Supplied data -
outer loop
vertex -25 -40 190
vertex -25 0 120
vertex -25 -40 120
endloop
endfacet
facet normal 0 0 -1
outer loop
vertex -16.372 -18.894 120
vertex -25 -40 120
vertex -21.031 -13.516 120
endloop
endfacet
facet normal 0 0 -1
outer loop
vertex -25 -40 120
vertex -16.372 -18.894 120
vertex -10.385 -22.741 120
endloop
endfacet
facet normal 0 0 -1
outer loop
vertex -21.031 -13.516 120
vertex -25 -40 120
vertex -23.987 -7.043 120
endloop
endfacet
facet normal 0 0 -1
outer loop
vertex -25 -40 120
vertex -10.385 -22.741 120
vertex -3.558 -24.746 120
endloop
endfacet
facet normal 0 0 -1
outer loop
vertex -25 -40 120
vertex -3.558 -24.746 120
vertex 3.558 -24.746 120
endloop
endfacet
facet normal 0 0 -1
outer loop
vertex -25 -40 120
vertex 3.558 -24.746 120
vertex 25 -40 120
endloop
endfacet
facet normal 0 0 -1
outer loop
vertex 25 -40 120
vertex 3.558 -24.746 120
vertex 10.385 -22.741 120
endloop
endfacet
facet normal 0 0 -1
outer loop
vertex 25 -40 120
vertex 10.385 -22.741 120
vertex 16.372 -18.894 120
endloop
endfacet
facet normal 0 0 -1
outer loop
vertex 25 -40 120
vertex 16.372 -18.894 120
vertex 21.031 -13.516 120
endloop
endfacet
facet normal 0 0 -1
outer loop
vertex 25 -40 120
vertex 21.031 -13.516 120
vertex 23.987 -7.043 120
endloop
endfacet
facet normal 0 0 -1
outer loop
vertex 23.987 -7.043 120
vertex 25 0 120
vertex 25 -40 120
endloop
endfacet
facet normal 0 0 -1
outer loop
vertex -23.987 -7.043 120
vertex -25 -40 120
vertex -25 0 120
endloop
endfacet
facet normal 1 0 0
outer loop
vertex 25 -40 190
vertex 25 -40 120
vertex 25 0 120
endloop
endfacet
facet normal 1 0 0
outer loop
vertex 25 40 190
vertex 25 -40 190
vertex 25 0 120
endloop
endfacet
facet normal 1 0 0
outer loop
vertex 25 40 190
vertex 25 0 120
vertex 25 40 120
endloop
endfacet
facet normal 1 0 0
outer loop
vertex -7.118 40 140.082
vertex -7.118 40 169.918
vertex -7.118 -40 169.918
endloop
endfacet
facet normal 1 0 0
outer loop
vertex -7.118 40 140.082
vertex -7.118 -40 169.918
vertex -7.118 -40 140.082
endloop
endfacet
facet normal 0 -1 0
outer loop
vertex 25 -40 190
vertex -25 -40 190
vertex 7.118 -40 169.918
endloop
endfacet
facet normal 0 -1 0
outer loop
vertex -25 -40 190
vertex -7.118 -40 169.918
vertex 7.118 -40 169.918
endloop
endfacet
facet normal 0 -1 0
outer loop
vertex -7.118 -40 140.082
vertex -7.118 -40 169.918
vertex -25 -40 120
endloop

What to produce - Every line above should be printed again exactly as it stands.

Your solution -
outer loop
vertex -25 -40 190
vertex -25 0 120
vertex -25 -40 120
endloop
endfacet
facet normal 0 0 -1
outer loop
vertex -16.372 -18.894 120
vertex -25 -40 120
vertex -21.031 -13.516 120
endloop
endfacet
facet normal 0 0 -1
outer loop
vertex -25 -40 120
vertex -16.372 -18.894 120
vertex -10.385 -22.741 120
endloop
endfacet
facet normal 0 0 -1
outer loop
vertex -21.031 -13.516 120
vertex -25 -40 120
vertex -23.987 -7.043 120
endloop
endfacet
facet normal 0 0 -1
outer loop
vertex -25 -40 120
vertex -10.385 -22.741 120
vertex -3.558 -24.746 120
endloop
endfacet
facet normal 0 0 -1
outer loop
vertex -25 -40 120
vertex -3.558 -24.746 120
vertex 3.558 -24.746 120
endloop
endfacet
facet normal 0 0 -1
outer loop
vertex -25 -40 120
vertex 3.558 -24.746 120
vertex 25 -40 120
endloop
endfacet
facet normal 0 0 -1
outer loop
vertex 25 -40 120
vertex 3.558 -24.746 120
vertex 10.385 -22.741 120
endloop
endfacet
facet normal 0 0 -1
outer loop
vertex 25 -40 120
vertex 10.385 -22.741 120
vertex 16.372 -18.894 120
endloop
endfacet
facet normal 0 0 -1
outer loop
vertex 25 -40 120
vertex 16.372 -18.894 120
vertex 21.031 -13.516 120
endloop
endfacet
facet normal 0 0 -1
outer loop
vertex 25 -40 120
vertex 21.031 -13.516 120
vertex 23.987 -7.043 120
endloop
endfacet
facet normal 0 0 -1
outer loop
vertex 23.987 -7.043 120
vertex 25 0 120
vertex 25 -40 120
endloop
endfacet
facet normal 0 0 -1
outer loop
vertex -23.987 -7.043 120
vertex -25 -40 120
vertex -25 0 120
endloop
endfacet
facet normal 1 0 0
outer loop
vertex 25 -40 190
vertex 25 -40 120
vertex 25 0 120
endloop
endfacet
facet normal 1 0 0
outer loop
vertex 25 40 190
vertex 25 -40 190
vertex 25 0 120
endloop
endfacet
facet normal 1 0 0
outer loop
vertex 25 40 190
vertex 25 0 120
vertex 25 40 120
endloop
endfacet
facet normal 1 0 0
outer loop
vertex -7.118 40 140.082
vertex -7.118 40 169.918
vertex -7.118 -40 169.918
endloop
endfacet
facet normal 1 0 0
outer loop
vertex -7.118 40 140.082
vertex -7.118 -40 169.918
vertex -7.118 -40 140.082
endloop
endfacet
facet normal 0 -1 0
outer loop
vertex 25 -40 190
vertex -25 -40 190
vertex 7.118 -40 169.918
endloop
endfacet
facet normal 0 -1 0
outer loop
vertex -25 -40 190
vertex -7.118 -40 169.918
vertex 7.118 -40 169.918
endloop
endfacet
facet normal 0 -1 0
outer loop
vertex -7.118 -40 140.082
vertex -7.118 -40 169.918
vertex -25 -40 120
endloop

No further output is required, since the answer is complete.